*** DATASET RECORDS Section Begins ***

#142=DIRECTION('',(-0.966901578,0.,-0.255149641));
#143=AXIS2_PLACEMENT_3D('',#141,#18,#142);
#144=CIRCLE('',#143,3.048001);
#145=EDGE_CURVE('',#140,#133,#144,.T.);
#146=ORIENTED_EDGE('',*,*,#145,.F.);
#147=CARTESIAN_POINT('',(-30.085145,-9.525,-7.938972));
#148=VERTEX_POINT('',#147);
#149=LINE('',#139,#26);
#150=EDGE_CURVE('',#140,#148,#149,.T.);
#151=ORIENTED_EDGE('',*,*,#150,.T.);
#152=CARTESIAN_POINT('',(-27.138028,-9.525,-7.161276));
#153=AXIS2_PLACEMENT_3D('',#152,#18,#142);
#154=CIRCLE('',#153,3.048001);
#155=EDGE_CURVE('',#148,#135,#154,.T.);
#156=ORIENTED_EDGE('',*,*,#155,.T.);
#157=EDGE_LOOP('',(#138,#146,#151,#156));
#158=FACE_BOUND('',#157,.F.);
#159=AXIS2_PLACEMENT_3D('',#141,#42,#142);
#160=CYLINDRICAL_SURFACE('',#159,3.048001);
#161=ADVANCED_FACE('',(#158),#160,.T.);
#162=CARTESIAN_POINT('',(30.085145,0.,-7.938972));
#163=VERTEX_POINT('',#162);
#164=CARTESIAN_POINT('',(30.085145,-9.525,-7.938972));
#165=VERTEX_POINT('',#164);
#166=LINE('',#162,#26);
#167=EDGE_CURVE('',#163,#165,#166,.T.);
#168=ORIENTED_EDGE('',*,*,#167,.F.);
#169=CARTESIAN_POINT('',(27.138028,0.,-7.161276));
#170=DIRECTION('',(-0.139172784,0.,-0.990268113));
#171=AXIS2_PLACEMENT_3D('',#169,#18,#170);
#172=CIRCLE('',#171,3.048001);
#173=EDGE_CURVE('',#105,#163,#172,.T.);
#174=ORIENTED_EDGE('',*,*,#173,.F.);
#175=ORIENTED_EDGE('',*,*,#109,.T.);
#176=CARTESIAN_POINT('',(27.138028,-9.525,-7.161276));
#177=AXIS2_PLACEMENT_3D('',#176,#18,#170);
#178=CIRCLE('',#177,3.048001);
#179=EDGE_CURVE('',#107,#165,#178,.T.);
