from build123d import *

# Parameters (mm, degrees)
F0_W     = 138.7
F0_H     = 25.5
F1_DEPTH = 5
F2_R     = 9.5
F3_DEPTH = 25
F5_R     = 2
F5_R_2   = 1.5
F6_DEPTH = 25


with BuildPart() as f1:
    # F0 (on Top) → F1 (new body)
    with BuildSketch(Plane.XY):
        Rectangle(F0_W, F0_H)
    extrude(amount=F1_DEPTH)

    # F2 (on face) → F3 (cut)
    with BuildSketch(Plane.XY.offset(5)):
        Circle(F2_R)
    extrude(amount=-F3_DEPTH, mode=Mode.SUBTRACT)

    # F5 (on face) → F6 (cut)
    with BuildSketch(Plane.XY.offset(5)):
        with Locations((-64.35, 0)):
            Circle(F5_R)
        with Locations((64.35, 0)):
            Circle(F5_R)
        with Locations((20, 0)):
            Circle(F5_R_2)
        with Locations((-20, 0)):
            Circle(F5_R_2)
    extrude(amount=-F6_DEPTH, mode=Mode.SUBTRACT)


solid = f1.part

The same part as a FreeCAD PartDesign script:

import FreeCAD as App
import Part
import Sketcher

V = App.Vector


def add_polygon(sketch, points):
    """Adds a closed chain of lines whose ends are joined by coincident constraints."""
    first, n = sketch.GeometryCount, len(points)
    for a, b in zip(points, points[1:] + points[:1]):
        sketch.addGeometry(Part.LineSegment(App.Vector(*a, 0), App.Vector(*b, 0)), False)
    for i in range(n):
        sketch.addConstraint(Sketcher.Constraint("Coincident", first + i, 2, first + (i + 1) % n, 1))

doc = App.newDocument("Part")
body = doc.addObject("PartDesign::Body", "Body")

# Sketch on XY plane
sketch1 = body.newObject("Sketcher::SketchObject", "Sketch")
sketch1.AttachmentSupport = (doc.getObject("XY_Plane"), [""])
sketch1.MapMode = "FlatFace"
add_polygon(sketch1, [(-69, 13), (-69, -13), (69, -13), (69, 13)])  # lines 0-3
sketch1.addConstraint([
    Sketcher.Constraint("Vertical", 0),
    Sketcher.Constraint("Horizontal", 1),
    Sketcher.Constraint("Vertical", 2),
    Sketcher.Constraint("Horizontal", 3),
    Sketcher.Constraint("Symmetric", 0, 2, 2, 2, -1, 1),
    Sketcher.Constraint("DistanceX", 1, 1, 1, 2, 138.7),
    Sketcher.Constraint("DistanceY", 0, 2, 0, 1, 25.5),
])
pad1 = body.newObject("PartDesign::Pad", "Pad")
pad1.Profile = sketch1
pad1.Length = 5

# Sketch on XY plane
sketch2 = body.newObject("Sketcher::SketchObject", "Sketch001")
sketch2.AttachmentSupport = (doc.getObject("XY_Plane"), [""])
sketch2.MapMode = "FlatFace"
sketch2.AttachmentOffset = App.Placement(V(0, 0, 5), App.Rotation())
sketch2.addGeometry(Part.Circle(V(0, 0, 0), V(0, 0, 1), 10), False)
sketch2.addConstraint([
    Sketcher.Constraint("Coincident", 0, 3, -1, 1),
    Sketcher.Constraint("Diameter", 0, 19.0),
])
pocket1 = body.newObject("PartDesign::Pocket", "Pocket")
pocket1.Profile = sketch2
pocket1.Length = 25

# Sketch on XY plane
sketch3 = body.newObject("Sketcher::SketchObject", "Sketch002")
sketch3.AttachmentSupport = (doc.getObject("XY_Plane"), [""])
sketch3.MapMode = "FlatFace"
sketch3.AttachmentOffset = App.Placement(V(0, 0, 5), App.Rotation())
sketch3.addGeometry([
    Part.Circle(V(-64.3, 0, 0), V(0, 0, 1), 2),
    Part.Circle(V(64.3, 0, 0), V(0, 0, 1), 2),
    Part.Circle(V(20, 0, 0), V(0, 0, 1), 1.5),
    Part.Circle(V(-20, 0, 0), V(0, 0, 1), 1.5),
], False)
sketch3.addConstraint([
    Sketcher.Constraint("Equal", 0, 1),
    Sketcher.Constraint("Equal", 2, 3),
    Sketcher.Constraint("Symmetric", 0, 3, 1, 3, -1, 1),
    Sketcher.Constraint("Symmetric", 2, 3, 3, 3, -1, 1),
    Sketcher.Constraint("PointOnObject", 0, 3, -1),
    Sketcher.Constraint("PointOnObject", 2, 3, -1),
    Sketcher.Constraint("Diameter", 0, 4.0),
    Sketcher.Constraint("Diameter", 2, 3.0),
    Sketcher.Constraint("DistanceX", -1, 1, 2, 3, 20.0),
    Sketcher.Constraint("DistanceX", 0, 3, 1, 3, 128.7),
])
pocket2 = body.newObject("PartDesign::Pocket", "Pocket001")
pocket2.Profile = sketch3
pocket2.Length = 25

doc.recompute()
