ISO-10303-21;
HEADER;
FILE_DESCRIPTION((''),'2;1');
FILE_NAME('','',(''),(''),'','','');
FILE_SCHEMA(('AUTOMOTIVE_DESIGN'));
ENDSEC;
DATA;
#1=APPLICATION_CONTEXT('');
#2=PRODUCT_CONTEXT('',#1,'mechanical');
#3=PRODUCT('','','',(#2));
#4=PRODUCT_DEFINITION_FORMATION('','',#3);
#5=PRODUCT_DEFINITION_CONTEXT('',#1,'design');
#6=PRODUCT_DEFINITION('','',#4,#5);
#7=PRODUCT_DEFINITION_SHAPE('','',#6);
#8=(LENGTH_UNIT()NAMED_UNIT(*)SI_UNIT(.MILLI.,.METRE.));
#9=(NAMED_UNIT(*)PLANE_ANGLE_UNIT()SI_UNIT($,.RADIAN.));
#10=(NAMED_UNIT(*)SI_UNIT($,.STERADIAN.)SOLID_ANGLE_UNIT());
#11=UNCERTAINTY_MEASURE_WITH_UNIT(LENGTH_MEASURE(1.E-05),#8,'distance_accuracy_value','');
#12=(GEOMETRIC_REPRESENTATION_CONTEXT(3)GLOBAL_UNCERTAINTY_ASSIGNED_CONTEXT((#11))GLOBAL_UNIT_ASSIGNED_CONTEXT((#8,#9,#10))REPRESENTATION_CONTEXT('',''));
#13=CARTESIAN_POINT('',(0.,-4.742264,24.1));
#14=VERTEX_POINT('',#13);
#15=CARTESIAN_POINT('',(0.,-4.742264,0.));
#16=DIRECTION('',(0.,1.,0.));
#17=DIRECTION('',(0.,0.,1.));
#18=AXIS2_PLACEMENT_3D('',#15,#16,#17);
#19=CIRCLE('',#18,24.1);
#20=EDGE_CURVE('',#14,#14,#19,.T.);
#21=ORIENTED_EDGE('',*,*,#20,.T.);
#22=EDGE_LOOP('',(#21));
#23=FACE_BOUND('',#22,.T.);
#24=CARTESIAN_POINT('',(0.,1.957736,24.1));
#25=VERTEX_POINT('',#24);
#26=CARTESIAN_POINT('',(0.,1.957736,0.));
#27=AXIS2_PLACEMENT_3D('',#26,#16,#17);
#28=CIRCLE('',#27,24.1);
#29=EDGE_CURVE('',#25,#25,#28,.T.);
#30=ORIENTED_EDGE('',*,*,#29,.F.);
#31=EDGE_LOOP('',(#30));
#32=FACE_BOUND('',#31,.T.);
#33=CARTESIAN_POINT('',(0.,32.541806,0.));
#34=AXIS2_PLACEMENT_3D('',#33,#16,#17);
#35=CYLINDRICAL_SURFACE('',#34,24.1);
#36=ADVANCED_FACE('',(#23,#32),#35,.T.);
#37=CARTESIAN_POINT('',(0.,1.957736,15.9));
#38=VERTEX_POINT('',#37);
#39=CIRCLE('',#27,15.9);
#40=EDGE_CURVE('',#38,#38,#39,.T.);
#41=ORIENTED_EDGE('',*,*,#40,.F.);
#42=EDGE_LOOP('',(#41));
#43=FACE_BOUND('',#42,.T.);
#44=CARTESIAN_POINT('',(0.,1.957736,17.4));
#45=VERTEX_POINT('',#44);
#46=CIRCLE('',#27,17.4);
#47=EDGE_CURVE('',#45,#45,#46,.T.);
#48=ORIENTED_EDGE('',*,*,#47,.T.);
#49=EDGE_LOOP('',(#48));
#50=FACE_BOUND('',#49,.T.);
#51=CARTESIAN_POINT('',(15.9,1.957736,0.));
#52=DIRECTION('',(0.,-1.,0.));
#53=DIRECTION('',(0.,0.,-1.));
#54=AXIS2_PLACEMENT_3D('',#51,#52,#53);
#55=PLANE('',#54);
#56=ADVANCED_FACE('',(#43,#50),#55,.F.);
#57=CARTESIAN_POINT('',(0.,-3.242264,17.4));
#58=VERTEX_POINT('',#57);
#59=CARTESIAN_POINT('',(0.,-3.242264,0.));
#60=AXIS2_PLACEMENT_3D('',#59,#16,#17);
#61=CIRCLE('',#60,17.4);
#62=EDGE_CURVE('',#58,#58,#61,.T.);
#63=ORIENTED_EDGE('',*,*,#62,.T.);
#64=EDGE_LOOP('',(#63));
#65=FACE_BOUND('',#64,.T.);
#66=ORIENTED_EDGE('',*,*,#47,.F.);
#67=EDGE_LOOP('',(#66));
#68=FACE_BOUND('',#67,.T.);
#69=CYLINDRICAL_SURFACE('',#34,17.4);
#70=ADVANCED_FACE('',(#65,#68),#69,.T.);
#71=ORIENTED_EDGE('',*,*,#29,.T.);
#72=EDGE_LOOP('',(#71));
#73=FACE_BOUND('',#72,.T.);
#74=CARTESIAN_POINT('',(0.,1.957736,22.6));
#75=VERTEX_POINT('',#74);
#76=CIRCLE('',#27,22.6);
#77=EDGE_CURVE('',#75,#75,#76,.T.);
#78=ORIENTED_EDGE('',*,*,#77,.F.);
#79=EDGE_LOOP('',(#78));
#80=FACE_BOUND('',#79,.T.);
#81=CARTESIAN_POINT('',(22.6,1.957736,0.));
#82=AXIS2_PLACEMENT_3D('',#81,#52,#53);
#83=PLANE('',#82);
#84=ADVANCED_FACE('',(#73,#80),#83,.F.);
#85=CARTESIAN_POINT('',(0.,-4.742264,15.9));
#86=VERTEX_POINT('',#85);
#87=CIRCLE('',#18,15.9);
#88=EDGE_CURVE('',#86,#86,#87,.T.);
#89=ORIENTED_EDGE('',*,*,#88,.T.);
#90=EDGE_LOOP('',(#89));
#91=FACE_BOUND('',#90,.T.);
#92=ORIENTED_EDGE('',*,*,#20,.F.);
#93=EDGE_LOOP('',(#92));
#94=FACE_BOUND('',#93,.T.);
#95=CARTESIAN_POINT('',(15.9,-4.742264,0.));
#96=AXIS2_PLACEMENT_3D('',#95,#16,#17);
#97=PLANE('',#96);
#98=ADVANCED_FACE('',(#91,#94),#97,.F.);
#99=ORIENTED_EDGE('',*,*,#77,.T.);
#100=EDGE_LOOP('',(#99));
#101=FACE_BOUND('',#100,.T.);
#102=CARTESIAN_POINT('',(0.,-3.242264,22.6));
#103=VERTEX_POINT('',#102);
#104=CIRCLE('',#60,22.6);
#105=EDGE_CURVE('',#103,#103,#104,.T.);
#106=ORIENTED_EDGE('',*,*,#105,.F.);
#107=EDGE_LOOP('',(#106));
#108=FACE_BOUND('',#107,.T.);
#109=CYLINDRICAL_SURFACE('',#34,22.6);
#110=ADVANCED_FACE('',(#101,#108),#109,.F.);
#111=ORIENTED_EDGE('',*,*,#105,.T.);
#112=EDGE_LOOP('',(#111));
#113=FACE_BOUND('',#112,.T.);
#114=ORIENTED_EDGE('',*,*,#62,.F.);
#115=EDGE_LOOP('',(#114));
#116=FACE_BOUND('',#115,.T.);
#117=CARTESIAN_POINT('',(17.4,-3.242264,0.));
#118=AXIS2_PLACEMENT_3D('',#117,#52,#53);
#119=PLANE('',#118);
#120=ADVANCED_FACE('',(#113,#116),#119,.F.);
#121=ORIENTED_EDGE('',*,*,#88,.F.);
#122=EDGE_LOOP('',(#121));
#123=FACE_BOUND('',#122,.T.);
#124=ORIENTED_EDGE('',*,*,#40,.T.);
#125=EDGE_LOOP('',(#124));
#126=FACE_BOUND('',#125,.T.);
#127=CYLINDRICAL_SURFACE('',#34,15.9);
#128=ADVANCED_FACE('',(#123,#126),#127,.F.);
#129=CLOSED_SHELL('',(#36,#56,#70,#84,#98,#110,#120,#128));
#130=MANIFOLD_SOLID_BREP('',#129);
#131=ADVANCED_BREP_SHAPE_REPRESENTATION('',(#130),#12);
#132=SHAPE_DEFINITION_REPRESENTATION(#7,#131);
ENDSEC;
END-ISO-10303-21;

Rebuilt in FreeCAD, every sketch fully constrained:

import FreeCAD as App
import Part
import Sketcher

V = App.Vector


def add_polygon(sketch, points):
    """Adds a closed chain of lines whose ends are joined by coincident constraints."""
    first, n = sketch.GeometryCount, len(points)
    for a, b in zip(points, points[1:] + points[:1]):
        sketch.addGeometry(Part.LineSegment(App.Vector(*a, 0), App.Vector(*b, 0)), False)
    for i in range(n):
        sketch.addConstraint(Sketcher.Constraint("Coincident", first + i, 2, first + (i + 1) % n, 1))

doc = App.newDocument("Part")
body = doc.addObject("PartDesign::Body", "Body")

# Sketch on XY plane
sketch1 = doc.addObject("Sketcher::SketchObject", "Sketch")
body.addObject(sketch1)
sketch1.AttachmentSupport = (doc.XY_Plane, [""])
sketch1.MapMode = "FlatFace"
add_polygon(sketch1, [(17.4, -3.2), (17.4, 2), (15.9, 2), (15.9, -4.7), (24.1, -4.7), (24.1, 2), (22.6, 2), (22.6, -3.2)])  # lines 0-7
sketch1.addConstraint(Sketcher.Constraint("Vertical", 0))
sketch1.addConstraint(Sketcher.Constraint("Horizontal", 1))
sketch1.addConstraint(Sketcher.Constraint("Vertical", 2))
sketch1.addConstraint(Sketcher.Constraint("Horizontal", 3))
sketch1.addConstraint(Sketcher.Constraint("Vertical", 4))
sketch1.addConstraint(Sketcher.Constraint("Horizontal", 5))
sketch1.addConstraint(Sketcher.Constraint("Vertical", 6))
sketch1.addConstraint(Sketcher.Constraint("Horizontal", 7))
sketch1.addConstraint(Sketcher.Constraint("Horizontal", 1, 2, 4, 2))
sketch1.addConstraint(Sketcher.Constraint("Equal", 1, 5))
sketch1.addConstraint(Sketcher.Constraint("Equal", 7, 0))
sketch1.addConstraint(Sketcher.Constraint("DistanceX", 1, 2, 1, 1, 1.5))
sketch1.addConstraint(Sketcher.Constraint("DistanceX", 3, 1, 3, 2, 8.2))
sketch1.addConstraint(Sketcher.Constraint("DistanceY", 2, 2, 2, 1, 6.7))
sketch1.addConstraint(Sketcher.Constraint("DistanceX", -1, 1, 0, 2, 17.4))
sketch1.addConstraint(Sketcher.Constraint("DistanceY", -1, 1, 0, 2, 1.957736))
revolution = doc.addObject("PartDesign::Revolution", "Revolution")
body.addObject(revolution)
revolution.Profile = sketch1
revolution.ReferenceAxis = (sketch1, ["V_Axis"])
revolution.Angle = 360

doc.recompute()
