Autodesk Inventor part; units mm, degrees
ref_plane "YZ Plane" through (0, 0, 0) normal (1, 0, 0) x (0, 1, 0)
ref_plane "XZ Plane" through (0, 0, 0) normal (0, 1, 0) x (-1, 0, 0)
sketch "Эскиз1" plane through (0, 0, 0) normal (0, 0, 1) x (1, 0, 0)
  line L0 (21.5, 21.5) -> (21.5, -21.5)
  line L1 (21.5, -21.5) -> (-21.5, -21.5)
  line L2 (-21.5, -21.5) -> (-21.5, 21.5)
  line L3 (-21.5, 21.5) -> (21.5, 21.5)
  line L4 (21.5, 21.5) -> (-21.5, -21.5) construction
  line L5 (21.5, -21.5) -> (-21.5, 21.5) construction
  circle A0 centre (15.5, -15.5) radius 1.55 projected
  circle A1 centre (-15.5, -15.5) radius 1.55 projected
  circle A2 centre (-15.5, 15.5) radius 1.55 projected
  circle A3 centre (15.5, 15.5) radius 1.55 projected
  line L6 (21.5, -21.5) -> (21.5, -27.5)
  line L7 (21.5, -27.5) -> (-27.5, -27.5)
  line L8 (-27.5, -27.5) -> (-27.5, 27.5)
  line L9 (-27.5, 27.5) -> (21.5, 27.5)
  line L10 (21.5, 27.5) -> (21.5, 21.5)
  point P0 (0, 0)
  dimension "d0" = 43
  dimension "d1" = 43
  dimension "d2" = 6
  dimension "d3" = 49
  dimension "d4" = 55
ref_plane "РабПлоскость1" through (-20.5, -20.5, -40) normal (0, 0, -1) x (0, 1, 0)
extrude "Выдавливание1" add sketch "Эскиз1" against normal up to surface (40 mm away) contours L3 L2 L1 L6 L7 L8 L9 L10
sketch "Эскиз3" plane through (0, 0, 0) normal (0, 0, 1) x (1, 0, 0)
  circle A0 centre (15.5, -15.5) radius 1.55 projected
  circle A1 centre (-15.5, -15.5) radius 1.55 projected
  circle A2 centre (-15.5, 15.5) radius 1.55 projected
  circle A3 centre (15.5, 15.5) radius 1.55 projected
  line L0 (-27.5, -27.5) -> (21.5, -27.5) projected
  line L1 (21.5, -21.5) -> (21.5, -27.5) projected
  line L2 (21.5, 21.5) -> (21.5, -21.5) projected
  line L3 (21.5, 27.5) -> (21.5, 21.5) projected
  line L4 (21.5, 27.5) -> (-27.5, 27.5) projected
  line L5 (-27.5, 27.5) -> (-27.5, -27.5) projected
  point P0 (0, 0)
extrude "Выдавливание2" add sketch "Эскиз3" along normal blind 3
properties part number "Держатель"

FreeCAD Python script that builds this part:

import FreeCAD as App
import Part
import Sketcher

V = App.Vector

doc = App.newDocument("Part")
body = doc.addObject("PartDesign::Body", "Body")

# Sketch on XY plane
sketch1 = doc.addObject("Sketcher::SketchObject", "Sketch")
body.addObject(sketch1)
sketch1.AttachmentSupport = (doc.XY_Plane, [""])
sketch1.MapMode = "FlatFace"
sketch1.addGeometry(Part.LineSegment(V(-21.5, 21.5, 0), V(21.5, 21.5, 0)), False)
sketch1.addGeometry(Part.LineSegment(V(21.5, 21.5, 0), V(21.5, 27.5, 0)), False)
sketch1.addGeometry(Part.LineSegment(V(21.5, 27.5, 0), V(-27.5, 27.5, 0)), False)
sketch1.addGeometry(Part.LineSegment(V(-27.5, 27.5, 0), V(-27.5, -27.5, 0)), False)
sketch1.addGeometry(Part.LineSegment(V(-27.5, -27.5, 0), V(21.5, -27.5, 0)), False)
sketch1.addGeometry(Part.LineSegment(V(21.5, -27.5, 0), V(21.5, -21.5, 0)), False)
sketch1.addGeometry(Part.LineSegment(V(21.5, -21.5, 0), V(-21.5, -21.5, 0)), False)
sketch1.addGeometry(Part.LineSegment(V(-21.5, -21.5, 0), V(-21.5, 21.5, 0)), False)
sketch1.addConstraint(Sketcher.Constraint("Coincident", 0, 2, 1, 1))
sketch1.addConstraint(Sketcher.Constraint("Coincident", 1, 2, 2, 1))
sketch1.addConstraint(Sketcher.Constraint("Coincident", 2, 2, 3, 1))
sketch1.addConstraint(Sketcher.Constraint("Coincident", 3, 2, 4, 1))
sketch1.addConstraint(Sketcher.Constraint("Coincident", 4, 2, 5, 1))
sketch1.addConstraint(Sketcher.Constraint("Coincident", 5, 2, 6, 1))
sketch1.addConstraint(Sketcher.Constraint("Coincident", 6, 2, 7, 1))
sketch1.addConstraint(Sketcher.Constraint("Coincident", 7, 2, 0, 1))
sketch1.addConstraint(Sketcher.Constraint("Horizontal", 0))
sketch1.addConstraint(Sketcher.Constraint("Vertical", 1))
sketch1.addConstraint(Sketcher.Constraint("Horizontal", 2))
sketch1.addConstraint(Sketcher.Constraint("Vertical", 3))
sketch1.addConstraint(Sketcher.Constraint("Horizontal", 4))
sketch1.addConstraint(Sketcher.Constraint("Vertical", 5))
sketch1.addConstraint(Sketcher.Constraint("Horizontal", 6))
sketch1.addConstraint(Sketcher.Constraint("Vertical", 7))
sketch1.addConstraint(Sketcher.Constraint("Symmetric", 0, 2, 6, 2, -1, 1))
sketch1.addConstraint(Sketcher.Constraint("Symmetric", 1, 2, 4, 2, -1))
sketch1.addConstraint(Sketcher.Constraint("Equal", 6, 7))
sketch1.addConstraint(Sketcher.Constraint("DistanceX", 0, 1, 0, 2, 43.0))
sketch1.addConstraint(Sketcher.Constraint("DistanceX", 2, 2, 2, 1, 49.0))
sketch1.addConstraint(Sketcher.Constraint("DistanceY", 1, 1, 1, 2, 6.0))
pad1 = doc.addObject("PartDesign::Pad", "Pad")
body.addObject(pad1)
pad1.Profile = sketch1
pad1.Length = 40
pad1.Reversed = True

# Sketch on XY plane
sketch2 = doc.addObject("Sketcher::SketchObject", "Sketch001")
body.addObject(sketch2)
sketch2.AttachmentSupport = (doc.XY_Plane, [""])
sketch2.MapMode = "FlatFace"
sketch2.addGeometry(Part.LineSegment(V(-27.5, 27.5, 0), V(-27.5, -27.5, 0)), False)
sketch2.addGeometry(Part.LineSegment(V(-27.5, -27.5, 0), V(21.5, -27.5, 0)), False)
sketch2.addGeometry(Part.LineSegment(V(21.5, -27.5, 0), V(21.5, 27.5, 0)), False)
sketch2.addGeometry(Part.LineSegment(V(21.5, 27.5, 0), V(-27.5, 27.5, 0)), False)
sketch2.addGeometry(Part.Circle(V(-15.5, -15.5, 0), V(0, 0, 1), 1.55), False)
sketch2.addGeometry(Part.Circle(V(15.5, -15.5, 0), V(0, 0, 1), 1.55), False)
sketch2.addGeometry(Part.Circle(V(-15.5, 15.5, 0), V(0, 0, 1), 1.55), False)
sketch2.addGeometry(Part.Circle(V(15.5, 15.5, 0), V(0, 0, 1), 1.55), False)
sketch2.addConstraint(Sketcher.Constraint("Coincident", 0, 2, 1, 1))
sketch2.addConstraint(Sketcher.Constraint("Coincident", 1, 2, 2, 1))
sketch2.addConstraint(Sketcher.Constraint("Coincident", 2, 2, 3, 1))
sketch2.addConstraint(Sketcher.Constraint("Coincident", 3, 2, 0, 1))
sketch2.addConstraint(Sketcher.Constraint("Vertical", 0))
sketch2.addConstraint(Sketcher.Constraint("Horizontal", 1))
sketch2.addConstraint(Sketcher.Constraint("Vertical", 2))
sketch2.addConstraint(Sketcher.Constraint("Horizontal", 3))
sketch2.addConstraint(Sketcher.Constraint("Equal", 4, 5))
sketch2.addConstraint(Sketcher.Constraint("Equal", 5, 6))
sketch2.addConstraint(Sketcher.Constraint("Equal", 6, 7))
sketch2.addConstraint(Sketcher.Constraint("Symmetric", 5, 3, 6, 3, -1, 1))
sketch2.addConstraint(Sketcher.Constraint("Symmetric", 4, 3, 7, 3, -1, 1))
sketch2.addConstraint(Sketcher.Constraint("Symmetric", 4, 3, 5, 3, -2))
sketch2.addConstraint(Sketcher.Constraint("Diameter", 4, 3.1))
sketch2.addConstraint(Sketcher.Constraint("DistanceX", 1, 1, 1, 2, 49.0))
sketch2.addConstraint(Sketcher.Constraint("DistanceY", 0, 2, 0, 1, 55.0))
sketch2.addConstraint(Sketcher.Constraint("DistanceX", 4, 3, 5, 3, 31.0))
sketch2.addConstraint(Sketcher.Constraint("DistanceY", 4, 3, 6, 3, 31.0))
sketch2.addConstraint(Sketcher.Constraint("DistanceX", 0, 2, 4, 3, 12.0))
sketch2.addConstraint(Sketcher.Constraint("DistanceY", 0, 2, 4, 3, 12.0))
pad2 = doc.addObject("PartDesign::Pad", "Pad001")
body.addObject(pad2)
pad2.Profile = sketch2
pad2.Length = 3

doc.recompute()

*** DATASET RECORDS Section Ends ***

| EXERCISE DIRECTIONS |
All lines in the listing above from the line containing "#25=VERTEX_POINT('',#24);" to the line containing "#94=FACE_BOUND('',#93,.T.);", inclusive, should be retyped exactly; no other lines should appear.

| ANSWER SPACE |
#25=VERTEX_POINT('',#24);
#26=CARTESIAN_POINT('',(0.,1.957736,0.));
#27=AXIS2_PLACEMENT_3D('',#26,#16,#17);
#28=CIRCLE('',#27,24.1);
#29=EDGE_CURVE('',#25,#25,#28,.T.);
#30=ORIENTED_EDGE('',*,*,#29,.F.);
#31=EDGE_LOOP('',(#30));
#32=FACE_BOUND('',#31,.T.);
#33=CARTESIAN_POINT('',(0.,32.541806,0.));
#34=AXIS2_PLACEMENT_3D('',#33,#16,#17);
#35=CYLINDRICAL_SURFACE('',#34,24.1);
#36=ADVANCED_FACE('',(#23,#32),#35,.T.);
#37=CARTESIAN_POINT('',(0.,1.957736,15.9));
#38=VERTEX_POINT('',#37);
#39=CIRCLE('',#27,15.9);
#40=EDGE_CURVE('',#38,#38,#39,.T.);
#41=ORIENTED_EDGE('',*,*,#40,.F.);
#42=EDGE_LOOP('',(#41));
#43=FACE_BOUND('',#42,.T.);
#44=CARTESIAN_POINT('',(0.,1.957736,17.4));
#45=VERTEX_POINT('',#44);
#46=CIRCLE('',#27,17.4);
#47=EDGE_CURVE('',#45,#45,#46,.T.);
#48=ORIENTED_EDGE('',*,*,#47,.T.);
#49=EDGE_LOOP('',(#48));
#50=FACE_BOUND('',#49,.T.);
#51=CARTESIAN_POINT('',(15.9,1.957736,0.));
#52=DIRECTION('',(0.,-1.,0.));
#53=DIRECTION('',(0.,0.,-1.));
#54=AXIS2_PLACEMENT_3D('',#51,#52,#53);
#55=PLANE('',#54);
#56=ADVANCED_FACE('',(#43,#50),#55,.F.);
#57=CARTESIAN_POINT('',(0.,-3.242264,17.4));
#58=VERTEX_POINT('',#57);
#59=CARTESIAN_POINT('',(0.,-3.242264,0.));
#60=AXIS2_PLACEMENT_3D('',#59,#16,#17);
#61=CIRCLE('',#60,17.4);
#62=EDGE_CURVE('',#58,#58,#61,.T.);
#63=ORIENTED_EDGE('',*,*,#62,.T.);
#64=EDGE_LOOP('',(#63));
#65=FACE_BOUND('',#64,.T.);
#66=ORIENTED_EDGE('',*,*,#47,.F.);
#67=EDGE_LOOP('',(#66));
#68=FACE_BOUND('',#67,.T.);
#69=CYLINDRICAL_SURFACE('',#34,17.4);
#70=ADVANCED_FACE('',(#65,#68),#69,.T.);
#71=ORIENTED_EDGE('',*,*,#29,.T.);
#72=EDGE_LOOP('',(#71));
#73=FACE_BOUND('',#72,.T.);
#74=CARTESIAN_POINT('',(0.,1.957736,22.6));
#75=VERTEX_POINT('',#74);
#76=CIRCLE('',#27,22.6);
#77=EDGE_CURVE('',#75,#75,#76,.T.);
#78=ORIENTED_EDGE('',*,*,#77,.F.);
#79=EDGE_LOOP('',(#78));
#80=FACE_BOUND('',#79,.T.);
#81=CARTESIAN_POINT('',(22.6,1.957736,0.));
#82=AXIS2_PLACEMENT_3D('',#81,#52,#53);
#83=PLANE('',#82);
#84=ADVANCED_FACE('',(#73,#80),#83,.F.);
#85=CARTESIAN_POINT('',(0.,-4.742264,15.9));
#86=VERTEX_POINT('',#85);
#87=CIRCLE('',#18,15.9);
#88=EDGE_CURVE('',#86,#86,#87,.T.);
#89=ORIENTED_EDGE('',*,*,#88,.T.);
#90=EDGE_LOOP('',(#89));
#91=FACE_BOUND('',#90,.T.);
#92=ORIENTED_EDGE('',*,*,#20,.F.);
#93=EDGE_LOOP('',(#92));
#94=FACE_BOUND('',#93,.T.);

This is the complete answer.